Summary – IBKR Podcasts Ep. 359

The following is a summary of a live audio recording and may contain errors in spelling or grammar. Although IBKR has edited for clarity no material changes have been made.

Guillaume Roux-Chabert

Well, thank you very much for our new podcast today. This is Guillaume Roux-Chabert from InteractiveBrokers.com Singapore. Today we have a very interesting podcast about market investment risk insights on global equities. 

Indeed, 2025 was ugly—the most geopolitically consequential year since the fall of the Berlin Wall in 1989. And 2026 seems to also have a great deal of history in the making. The US was mainly focused on the AI trade and potential rate cuts, with the exception of the variance surrounding Liberation Day, and non-US markets were driven by a more favorable interest rate environment, trade wars, a weaker dollar, and a renewed focus on defense. 

But of course, we have very recent events that are shaking a bit of this narrative. That’s why I invited two very special guests today. We have Kris Hopkins from the UEX, and we have Olivier d’Assier, the Senior Director of SimCorp, who is part of the Investment Decision Research team on macro and geopolitical thematics.  So I’d like to have his insights and his point of view about the implications for portfolios and prices. We’re starting with one first question regarding the events that happened in the last few days. Olivier, what are the markets pricing in in terms of how it works and how it will end according to you? 

Olivier d’Assier

So this is quite interesting because we’ve seen a muted reaction first in the US on Monday and most major markets simply because they thought, okay, this was going to be another one of those, you know, bombs from the air for a few days and get out—something similar to what we saw in Venezuela or the 12-day war with Iran last year in June. 
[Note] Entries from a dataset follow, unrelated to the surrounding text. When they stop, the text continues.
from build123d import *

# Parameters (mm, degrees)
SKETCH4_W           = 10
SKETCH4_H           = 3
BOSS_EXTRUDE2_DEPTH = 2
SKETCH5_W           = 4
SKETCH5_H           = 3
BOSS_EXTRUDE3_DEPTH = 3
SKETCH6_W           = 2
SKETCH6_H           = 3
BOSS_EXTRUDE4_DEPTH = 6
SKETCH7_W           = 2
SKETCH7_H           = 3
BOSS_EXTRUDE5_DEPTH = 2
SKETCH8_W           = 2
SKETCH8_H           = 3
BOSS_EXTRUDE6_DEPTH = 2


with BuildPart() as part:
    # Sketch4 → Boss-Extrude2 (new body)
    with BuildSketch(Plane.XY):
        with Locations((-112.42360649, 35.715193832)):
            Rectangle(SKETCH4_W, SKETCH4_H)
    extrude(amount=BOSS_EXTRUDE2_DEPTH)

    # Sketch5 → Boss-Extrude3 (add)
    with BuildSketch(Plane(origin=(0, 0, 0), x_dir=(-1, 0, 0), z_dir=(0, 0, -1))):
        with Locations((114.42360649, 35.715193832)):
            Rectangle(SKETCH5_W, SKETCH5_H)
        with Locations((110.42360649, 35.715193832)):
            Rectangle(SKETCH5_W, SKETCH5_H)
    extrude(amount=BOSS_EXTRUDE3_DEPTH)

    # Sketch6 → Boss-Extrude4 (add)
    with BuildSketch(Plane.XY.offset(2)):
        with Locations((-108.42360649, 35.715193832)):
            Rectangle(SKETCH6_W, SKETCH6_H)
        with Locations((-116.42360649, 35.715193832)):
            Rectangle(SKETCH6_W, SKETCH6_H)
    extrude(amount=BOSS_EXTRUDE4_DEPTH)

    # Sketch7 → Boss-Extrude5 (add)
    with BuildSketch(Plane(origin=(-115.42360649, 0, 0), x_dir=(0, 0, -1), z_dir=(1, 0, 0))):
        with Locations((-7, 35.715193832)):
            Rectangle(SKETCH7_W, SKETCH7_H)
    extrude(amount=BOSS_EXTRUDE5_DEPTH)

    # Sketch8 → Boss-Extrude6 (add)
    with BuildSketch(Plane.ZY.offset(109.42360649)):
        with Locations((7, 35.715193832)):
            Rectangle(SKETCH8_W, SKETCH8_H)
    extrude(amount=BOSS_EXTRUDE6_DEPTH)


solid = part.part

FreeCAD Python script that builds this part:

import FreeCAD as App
import Part
import Sketcher

V = App.Vector
Q = App.Units.Quantity

doc = App.newDocument("Part")
params = doc.addObject("Spreadsheet::Sheet", "Params")
for row, (alias, value) in enumerate([
    ("sketch1_width", "10 mm"),
    ("sketch1_height", "3 mm"),
    ("pad1_length", "2 mm"),
    ("sketch2_width", "8 mm"),
    ("sketch2_height", "3 mm"),
    ("pad2_length", "3 mm"),
    ("sketch3_width", "2 mm"),
    ("sketch3_height", "3 mm"),
    ("pad3_length", "6 mm"),
    ("sketch4_width", "3 mm"),
    ("sketch4_height", "2 mm"),
    ("pad4_length", "2 mm"),
    ("sketch5_width", "3 mm"),
    ("sketch5_height", "2 mm"),
    ("pad5_length", "2 mm"),
], start=1):
    params.set(f"A{row}", alias)
    params.set(f"B{row}", "=" + value)
    params.setAlias(f"B{row}", alias)

body = doc.addObject("PartDesign::Body", "Body")

sketch1 = body.newObject("Sketcher::SketchObject", "Sketch")
sketch1.AttachmentSupport = (doc.getObject("XY_Plane"), [""])
sketch1.MapMode = "FlatFace"
sketch1.addGeometry([
    Part.LineSegment(V(-117.4, 37.2, 0), V(-117.4, 34.2, 0)),
    Part.LineSegment(V(-117.4, 34.2, 0), V(-107.4, 34.2, 0)),
    Part.LineSegment(V(-107.4, 34.2, 0), V(-107.4, 37.2, 0)),
    Part.LineSegment(V(-107.4, 37.2, 0), V(-117.4, 37.2, 0)),
], False)
sketch1.addConstraint([
    Sketcher.Constraint("Coincident", 0, 2, 1, 1),
    Sketcher.Constraint("Coincident", 1, 2, 2, 1),
    Sketcher.Constraint("Coincident", 2, 2, 3, 1),
    Sketcher.Constraint("Coincident", 3, 2, 0, 1),
    Sketcher.Constraint("Vertical", 0),
    Sketcher.Constraint("Horizontal", 1),
    Sketcher.Constraint("Vertical", 2),
    Sketcher.Constraint("Horizontal", 3),
    Sketcher.Constraint("DistanceX", 1, 1, 1, 2, Q("10 mm")),
    Sketcher.Constraint("DistanceY", 0, 2, 0, 1, Q("3 mm")),
    Sketcher.Constraint("DistanceX", 0, 2, -1, 1, Q("117.423606 mm")),
    Sketcher.Constraint("DistanceY", -1, 1, 0, 2, Q("34.215194 mm")),
])
sketch1.setExpression("Constraints[8]", "Params.sketch1_width")
sketch1.setExpression("Constraints[9]", "Params.sketch1_height")
pad1 = body.newObject("PartDesign::Pad", "Pad")
pad1.Profile = sketch1
pad1.setExpression("Length", "Params.pad1_length")

sketch2 = body.newObject("Sketcher::SketchObject", "Sketch001")
sketch2.AttachmentSupport = (doc.getObject("XY_Plane"), [""])
sketch2.MapMode = "FlatFace"
sketch2.addGeometry([
    Part.LineSegment(V(-116.4, 34.2, 0), V(-116.4, 37.2, 0)),
    Part.LineSegment(V(-116.4, 37.2, 0), V(-108.4, 37.2, 0)),
    Part.LineSegment(V(-108.4, 37.2, 0), V(-108.4, 34.2, 0)),
    Part.LineSegment(V(-108.4, 34.2, 0), V(-116.4, 34.2, 0)),
], False)
sketch2.addConstraint([
    Sketcher.Constraint("Coincident", 0, 2, 1, 1),
    Sketcher.Constraint("Coincident", 1, 2, 2, 1),
    Sketcher.Constraint("Coincident", 2, 2, 3, 1),
    Sketcher.Constraint("Coincident", 3, 2, 0, 1),
    Sketcher.Constraint("Vertical", 0),
    Sketcher.Constraint("Horizontal", 1),
    Sketcher.Constraint("Vertical", 2),
    Sketcher.Constraint("Horizontal", 3),
    Sketcher.Constraint("DistanceX", 1, 1, 1, 2, Q("8 mm")),
    Sketcher.Constraint("DistanceY", 0, 1, 0, 2, Q("3 mm")),
    Sketcher.Constraint("DistanceX", 0, 2, -1, 1, Q("116.423606 mm")),
    Sketcher.Constraint("DistanceY", -1, 1, 0, 2, Q("37.215194 mm")),
])
sketch2.setExpression("Constraints[8]", "Params.sketch2_width")
sketch2.setExpression("Constraints[9]", "Params.sketch2_height")
pad2 = body.newObject("PartDesign::Pad", "Pad001")
pad2.Profile = sketch2
pad2.setExpression("Length", "Params.pad2_length")
pad2.Reversed = True

sketch3 = body.newObject("Sketcher::SketchObject", "Sketch002")
sketch3.AttachmentSupport = (doc.getObject("XY_Plane"), [""])
sketch3.MapMode = "FlatFace"
sketch3.AttachmentOffset = App.Placement(V(0, 0, 2), App.Rotation())
sketch3.addGeometry([
    Part.LineSegment(V(-109.4, 37.2, 0), V(-109.4, 34.2, 0)),
    Part.LineSegment(V(-109.4, 34.2, 0), V(-107.4, 34.2, 0)),
    Part.LineSegment(V(-107.4, 34.2, 0), V(-107.4, 37.2, 0)),
    Part.LineSegment(V(-107.4, 37.2, 0), V(-109.4, 37.2, 0)),
    Part.LineSegment(V(-117.4, 37.2, 0), V(-117.4, 34.2, 0)),
    Part.LineSegment(V(-117.4, 34.2, 0), V(-115.4, 34.2, 0)),
    Part.LineSegment(V(-115.4, 34.2, 0), V(-115.4, 37.2, 0)),
    Part.LineSegment(V(-115.4, 37.2, 0), V(-117.4, 37.2, 0)),
], False)
sketch3.addConstraint([
    Sketcher.Constraint("Coincident", 0, 2, 1, 1),
    Sketcher.Constraint("Coincident", 1, 2, 2, 1),
    Sketcher.Constraint("Coincident", 2, 2, 3, 1),
    Sketcher.Constraint("Coincident", 3, 2, 0, 1),
    Sketcher.Constraint("Coincident", 4, 2, 5, 1),
    Sketcher.Constraint("Coincident", 5, 2, 6, 1),
    Sketcher.Constraint("Coincident", 6, 2, 7, 1),
    Sketcher.Constraint("Coincident", 7, 2, 4, 1),
    Sketcher.Constraint("Vertical", 0),
    Sketcher.Constraint("Horizontal", 1),
    Sketcher.Constraint("Vertical", 2),
    Sketcher.Constraint("Horizontal", 3),
    Sketcher.Constraint("Vertical", 4),
    Sketcher.Constraint("Horizontal", 5),
    Sketcher.Constraint("Vertical", 6),
    Sketcher.Constraint("Horizontal", 7),
    Sketcher.Constraint("Horizontal", 1, 2, 4, 2),
    Sketcher.Constraint("Horizontal", 3, 2, 6, 2),
    Sketcher.Constraint("Equal", 3, 5),
    Sketcher.Constraint("DistanceX", 1, 1, 1, 2, Q("2 mm")),
    Sketcher.Constraint("DistanceY", 0, 2, 0, 1, Q("3 mm")),
    Sketcher.Constraint("DistanceX", 4, 2, 0, 2, Q("8 mm")),
    Sketcher.Constraint("DistanceX", 0, 2, -1, 1, Q("109.423606 mm")),
    Sketcher.Constraint("DistanceY", -1, 1, 0, 2, Q("34.215194 mm")),
])
sketch3.setExpression("Constraints[19]", "Params.sketch3_width")
sketch3.setExpression("Constraints[20]", "Params.sketch3_height")
pad3 = body.newObject("PartDesign::Pad", "Pad002")
pad3.Profile = sketch3
pad3.setExpression("Length", "Params.pad3_length")

sketch4 = body.newObject("Sketcher::SketchObject", "Sketch003")
sketch4.AttachmentSupport = (doc.getObject("YZ_Plane"), [""])
sketch4.MapMode = "FlatFace"
sketch4.AttachmentOffset = App.Placement(V(0, 0, -115.423606), App.Rotation())
sketch4.addGeometry([
    Part.LineSegment(V(37.2, 8, 0), V(34.2, 8, 0)),
    Part.LineSegment(V(34.2, 8, 0), V(34.2, 6, 0)),
    Part.LineSegment(V(34.2, 6, 0), V(37.2, 6, 0)),
    Part.LineSegment(V(37.2, 6, 0), V(37.2, 8, 0)),
], False)
sketch4.addConstraint([
    Sketcher.Constraint("Coincident", 0, 2, 1, 1),
    Sketcher.Constraint("Coincident", 1, 2, 2, 1),
    Sketcher.Constraint("Coincident", 2, 2, 3, 1),
    Sketcher.Constraint("Coincident", 3, 2, 0, 1),
    Sketcher.Constraint("Horizontal", 0),
    Sketcher.Constraint("Vertical", 1),
    Sketcher.Constraint("Horizontal", 2),
    Sketcher.Constraint("Vertical", 3),
    Sketcher.Constraint("DistanceX", 0, 2, 0, 1, Q("3 mm")),
    Sketcher.Constraint("DistanceY", 1, 2, 1, 1, Q("2 mm")),
    Sketcher.Constraint("DistanceY", -1, 1, 0, 2, Q("8 mm")),
    Sketcher.Constraint("DistanceX", -1, 1, 0, 2, Q("34.215194 mm")),
])
sketch4.setExpression("Constraints[8]", "Params.sketch4_width")
sketch4.setExpression("Constraints[9]", "Params.sketch4_height")
pad4 = body.newObject("PartDesign::Pad", "Pad003")
pad4.Profile = sketch4
pad4.setExpression("Length", "Params.pad4_length")

sketch5 = body.newObject("Sketcher::SketchObject", "Sketch004")
sketch5.AttachmentSupport = (doc.getObject("YZ_Plane"), [""])
sketch5.MapMode = "FlatFace"
sketch5.AttachmentOffset = App.Placement(V(0, 0, -109.423606), App.Rotation())
sketch5.addGeometry([
    Part.LineSegment(V(37.2, 6, 0), V(34.2, 6, 0)),
    Part.LineSegment(V(34.2, 6, 0), V(34.2, 8, 0)),
    Part.LineSegment(V(34.2, 8, 0), V(37.2, 8, 0)),
    Part.LineSegment(V(37.2, 8, 0), V(37.2, 6, 0)),
], False)
sketch5.addConstraint([
    Sketcher.Constraint("Coincident", 0, 2, 1, 1),
    Sketcher.Constraint("Coincident", 1, 2, 2, 1),
    Sketcher.Constraint("Coincident", 2, 2, 3, 1),
    Sketcher.Constraint("Coincident", 3, 2, 0, 1),
    Sketcher.Constraint("Horizontal", 0),
    Sketcher.Constraint("Vertical", 1),
    Sketcher.Constraint("Horizontal", 2),
    Sketcher.Constraint("Vertical", 3),
    Sketcher.Constraint("DistanceX", 0, 2, 0, 1, Q("3 mm")),
    Sketcher.Constraint("DistanceY", 1, 1, 1, 2, Q("2 mm")),
    Sketcher.Constraint("DistanceY", -1, 1, 0, 2, Q("6 mm")),
    Sketcher.Constraint("DistanceX", -1, 1, 0, 2, Q("34.215194 mm")),
])
sketch5.setExpression("Constraints[8]", "Params.sketch5_width")
sketch5.setExpression("Constraints[9]", "Params.sketch5_height")
pad5 = body.newObject("PartDesign::Pad", "Pad004")
pad5.Profile = sketch5
pad5.setExpression("Length", "Params.pad5_length")
pad5.Reversed = True

doc.recompute()
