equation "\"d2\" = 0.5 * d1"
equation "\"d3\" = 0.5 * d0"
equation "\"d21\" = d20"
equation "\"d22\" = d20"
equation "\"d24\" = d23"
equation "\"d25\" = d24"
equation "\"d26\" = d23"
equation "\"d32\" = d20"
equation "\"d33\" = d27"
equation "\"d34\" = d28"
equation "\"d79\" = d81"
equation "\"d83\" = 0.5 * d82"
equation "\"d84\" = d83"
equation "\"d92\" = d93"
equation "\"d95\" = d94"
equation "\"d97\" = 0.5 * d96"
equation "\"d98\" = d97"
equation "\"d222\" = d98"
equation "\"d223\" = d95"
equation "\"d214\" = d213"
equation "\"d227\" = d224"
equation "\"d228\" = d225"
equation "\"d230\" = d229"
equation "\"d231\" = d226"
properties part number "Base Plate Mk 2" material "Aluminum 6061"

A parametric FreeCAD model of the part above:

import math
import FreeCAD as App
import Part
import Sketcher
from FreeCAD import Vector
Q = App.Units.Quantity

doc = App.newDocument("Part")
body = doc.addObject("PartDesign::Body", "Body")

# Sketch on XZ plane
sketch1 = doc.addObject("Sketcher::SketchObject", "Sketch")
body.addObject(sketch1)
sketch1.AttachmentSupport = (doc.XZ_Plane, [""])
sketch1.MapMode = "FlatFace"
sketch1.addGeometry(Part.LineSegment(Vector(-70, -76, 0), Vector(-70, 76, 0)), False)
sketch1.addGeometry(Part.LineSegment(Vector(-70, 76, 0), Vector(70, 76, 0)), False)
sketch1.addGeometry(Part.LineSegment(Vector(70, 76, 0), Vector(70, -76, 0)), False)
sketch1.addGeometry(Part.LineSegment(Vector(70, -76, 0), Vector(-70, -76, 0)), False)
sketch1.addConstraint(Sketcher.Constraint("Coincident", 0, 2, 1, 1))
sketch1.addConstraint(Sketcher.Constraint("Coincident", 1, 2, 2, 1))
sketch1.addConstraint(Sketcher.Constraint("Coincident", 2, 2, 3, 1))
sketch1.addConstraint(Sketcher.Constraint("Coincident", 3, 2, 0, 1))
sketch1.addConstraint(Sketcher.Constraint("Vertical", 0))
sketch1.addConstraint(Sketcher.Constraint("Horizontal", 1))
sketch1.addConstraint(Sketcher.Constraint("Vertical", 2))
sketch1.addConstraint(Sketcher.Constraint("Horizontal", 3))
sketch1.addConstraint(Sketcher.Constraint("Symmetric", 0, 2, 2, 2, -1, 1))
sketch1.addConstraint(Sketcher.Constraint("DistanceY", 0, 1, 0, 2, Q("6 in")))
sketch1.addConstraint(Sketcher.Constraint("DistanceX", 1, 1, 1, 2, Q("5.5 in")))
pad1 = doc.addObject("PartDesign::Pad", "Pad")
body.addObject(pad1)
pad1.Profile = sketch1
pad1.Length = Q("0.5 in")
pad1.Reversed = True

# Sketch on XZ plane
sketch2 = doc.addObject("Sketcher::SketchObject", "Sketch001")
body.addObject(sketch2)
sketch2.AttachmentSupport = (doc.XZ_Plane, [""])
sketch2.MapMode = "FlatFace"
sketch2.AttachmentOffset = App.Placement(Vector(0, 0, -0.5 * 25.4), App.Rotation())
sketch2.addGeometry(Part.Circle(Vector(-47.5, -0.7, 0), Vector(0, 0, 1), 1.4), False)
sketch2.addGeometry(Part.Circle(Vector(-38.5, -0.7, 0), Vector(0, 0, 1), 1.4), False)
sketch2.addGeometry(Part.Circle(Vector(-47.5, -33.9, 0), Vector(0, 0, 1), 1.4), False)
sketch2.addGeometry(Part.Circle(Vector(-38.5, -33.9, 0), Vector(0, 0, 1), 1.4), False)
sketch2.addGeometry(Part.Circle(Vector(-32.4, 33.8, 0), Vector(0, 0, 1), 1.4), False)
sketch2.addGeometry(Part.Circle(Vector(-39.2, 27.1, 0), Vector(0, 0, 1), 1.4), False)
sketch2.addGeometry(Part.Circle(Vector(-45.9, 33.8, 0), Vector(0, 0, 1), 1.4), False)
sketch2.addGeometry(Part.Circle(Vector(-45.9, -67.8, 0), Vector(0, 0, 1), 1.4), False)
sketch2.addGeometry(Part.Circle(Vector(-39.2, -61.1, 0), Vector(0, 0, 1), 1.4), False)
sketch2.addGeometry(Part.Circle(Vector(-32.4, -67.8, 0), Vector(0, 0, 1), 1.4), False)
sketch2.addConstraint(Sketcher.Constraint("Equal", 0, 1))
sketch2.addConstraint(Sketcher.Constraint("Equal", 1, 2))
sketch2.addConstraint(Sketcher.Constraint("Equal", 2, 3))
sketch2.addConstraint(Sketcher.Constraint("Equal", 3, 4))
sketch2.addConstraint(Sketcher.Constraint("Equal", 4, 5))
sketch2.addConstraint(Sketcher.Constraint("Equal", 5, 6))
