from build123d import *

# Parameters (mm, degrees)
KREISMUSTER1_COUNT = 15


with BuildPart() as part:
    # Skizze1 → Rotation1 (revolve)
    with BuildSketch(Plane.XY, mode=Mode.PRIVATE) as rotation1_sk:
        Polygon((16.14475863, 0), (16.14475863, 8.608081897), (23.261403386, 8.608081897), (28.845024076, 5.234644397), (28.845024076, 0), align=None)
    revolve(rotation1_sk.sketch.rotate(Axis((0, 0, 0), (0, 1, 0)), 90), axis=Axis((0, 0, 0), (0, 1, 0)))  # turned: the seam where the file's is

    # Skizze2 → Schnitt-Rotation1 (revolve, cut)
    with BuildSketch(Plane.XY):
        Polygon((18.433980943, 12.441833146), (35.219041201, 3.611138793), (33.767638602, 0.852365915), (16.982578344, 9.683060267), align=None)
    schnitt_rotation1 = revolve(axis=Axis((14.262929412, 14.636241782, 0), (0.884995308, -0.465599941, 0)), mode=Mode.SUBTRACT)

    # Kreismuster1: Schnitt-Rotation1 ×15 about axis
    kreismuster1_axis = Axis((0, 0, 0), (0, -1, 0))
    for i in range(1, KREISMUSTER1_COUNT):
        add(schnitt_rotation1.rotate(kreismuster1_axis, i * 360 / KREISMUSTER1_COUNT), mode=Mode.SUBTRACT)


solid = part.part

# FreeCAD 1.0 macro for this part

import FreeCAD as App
import Part
import Sketcher
from FreeCAD import Vector
Q = App.Units.Quantity


def add_polygon(sketch, points):
    """Adds a closed chain of lines whose ends are joined by coincident constraints."""
    first, n = sketch.GeometryCount, len(points)
    for a, b in zip(points, points[1:] + points[:1]):
        sketch.addGeometry(Part.LineSegment(App.Vector(*a, 0), App.Vector(*b, 0)), False)
    for i in range(n):
        sketch.addConstraint(Sketcher.Constraint("Coincident", first + i, 2, first + (i + 1) % n, 1))

doc = App.newDocument("Part")
body = doc.addObject("PartDesign::Body", "Body")

sketch1 = doc.addObject("Sketcher::SketchObject", "Sketch")
body.addObject(sketch1)
sketch1.AttachmentSupport = (doc.XY_Plane, [""])
sketch1.MapMode = "FlatFace"
add_polygon(sketch1, [(16.144759, 8.608082), (16.144759, 0), (28.845024, 0), (28.845024, 5.234644), (23.261403, 8.608082)])
sketch1.addConstraint([
    Sketcher.Constraint("Vertical", 0),
    Sketcher.Constraint("Horizontal", 1),
    Sketcher.Constraint("Vertical", 2),
    Sketcher.Constraint("Horizontal", 4),
    Sketcher.Constraint("PointOnObject", 0, 2, -1),
    Sketcher.Constraint("DistanceY", 0, 2, 0, 1, Q("8.608082 mm")),
    Sketcher.Constraint("DistanceX", 1, 1, 1, 2, Q("12.700265 mm")),
    Sketcher.Constraint("DistanceX", 4, 2, 4, 1, Q("7.116645 mm")),
    Sketcher.Constraint("DistanceY", 2, 1, 2, 2, Q("5.234644 mm")),
    Sketcher.Constraint("DistanceX", -1, 1, 0, 2, Q("16.144759 mm")),
])
revolution = doc.addObject("PartDesign::Revolution", "Revolution")
body.addObject(revolution)
revolution.Profile = sketch1
revolution.ReferenceAxis = (sketch1, ["V_Axis"])
revolution.Angle = 360

sketch2 = doc.addObject("Sketcher::SketchObject", "Sketch001")
body.addObject(sketch2)
sketch2.AttachmentSupport = (doc.XY_Plane, [""])
sketch2.MapMode = "FlatFace"
add_polygon(sketch2, [(35.219041, 3.611139), (18.433981, 12.441833), (16.982578, 9.68306), (33.767639, 0.852366)])
sketch2.addGeometry(Part.LineSegment(Vector(18.433981, 12.441833, 0), Vector(35.219041, 3.611139, 0)), True)
sketch2.addConstraint([
    Sketcher.Constraint("Coincident", 4, 1, 0, 2),
    Sketcher.Constraint("Coincident", 4, 2, 3, 2),
    Sketcher.Constraint("Perpendicular", 0, 1),
    Sketcher.Constraint("Perpendicular", 1, 2),
    Sketcher.Constraint("Perpendicular", 2, 3),
    Sketcher.Constraint("Distance", 0, Q("18.96627 mm")),
    Sketcher.Constraint("DistanceX", -1, 1, 0, 2, Q("18.433981 mm")),
    Sketcher.Constraint("DistanceX", -1, 1, 1, 2, Q("16.982578 mm")),
    Sketcher.Constraint("DistanceY", -1, 1, 1, 2, Q("9.68306 mm")),
    Sketcher.Constraint("DistanceX", -1, 1, 2, 2, Q("33.767639 mm")),
])
groove = doc.addObject("PartDesign::Groove", "Groove")
body.addObject(groove)
groove.Profile = sketch2
groove.ReferenceAxis = (sketch2, ["Axis0"])
groove.Angle = 360
doc.recompute()

polarpattern = doc.addObject("PartDesign::PolarPattern", "PolarPattern")
body.addObject(polarpattern)
polarpattern.Originals = [groove]
polarpattern.Axis = (doc.Y_Axis, [""])
polarpattern.Angle = 360
polarpattern.Occurrences = 15
body.Tip = polarpattern

doc.recompute()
But by Tuesday it became clear—and in fact Donald Trump himself has said he’s planning to be there for four or five weeks. He’s brought up the fact that more US servicemen may die in this conflict, that it may last longer than they thought. There’s a little bit of confusion as to what the goal is—whether it is simply security concerns, so destroying the rest of the nuclear apparatus in Iran or ballistic missile capabilities and so on, or regime change. Because regime change will take longer. Regime change will have to see boots-on-the-ground type of things. So I think by Tuesday markets were already a lot more nervous. They were pricing in a limited military escalation on Monday. They’re pricing a moderate one today. The key factor that pushed them over the cliff, so to speak, is the Strait of Hormuz and what’s happening there. Twenty percent of global oil shipments go through there, but for APAC it’s 85% of their oil imports that come through there. So it’s really important. 

So we saw today in APAC, for example, the difference between the markets that have oil like Malaysia and Indonesia and the ones who don’t and are reliant on this route like Japan, South Korea, Taiwan, Thailand—which all fell several percentage points. I think South Korea fell six or seven percent today. So there was a clear play on Tuesday about the oil shock that this could be, or at least if it’s a prolonged supply shock to oil to the region, that really bothered people. 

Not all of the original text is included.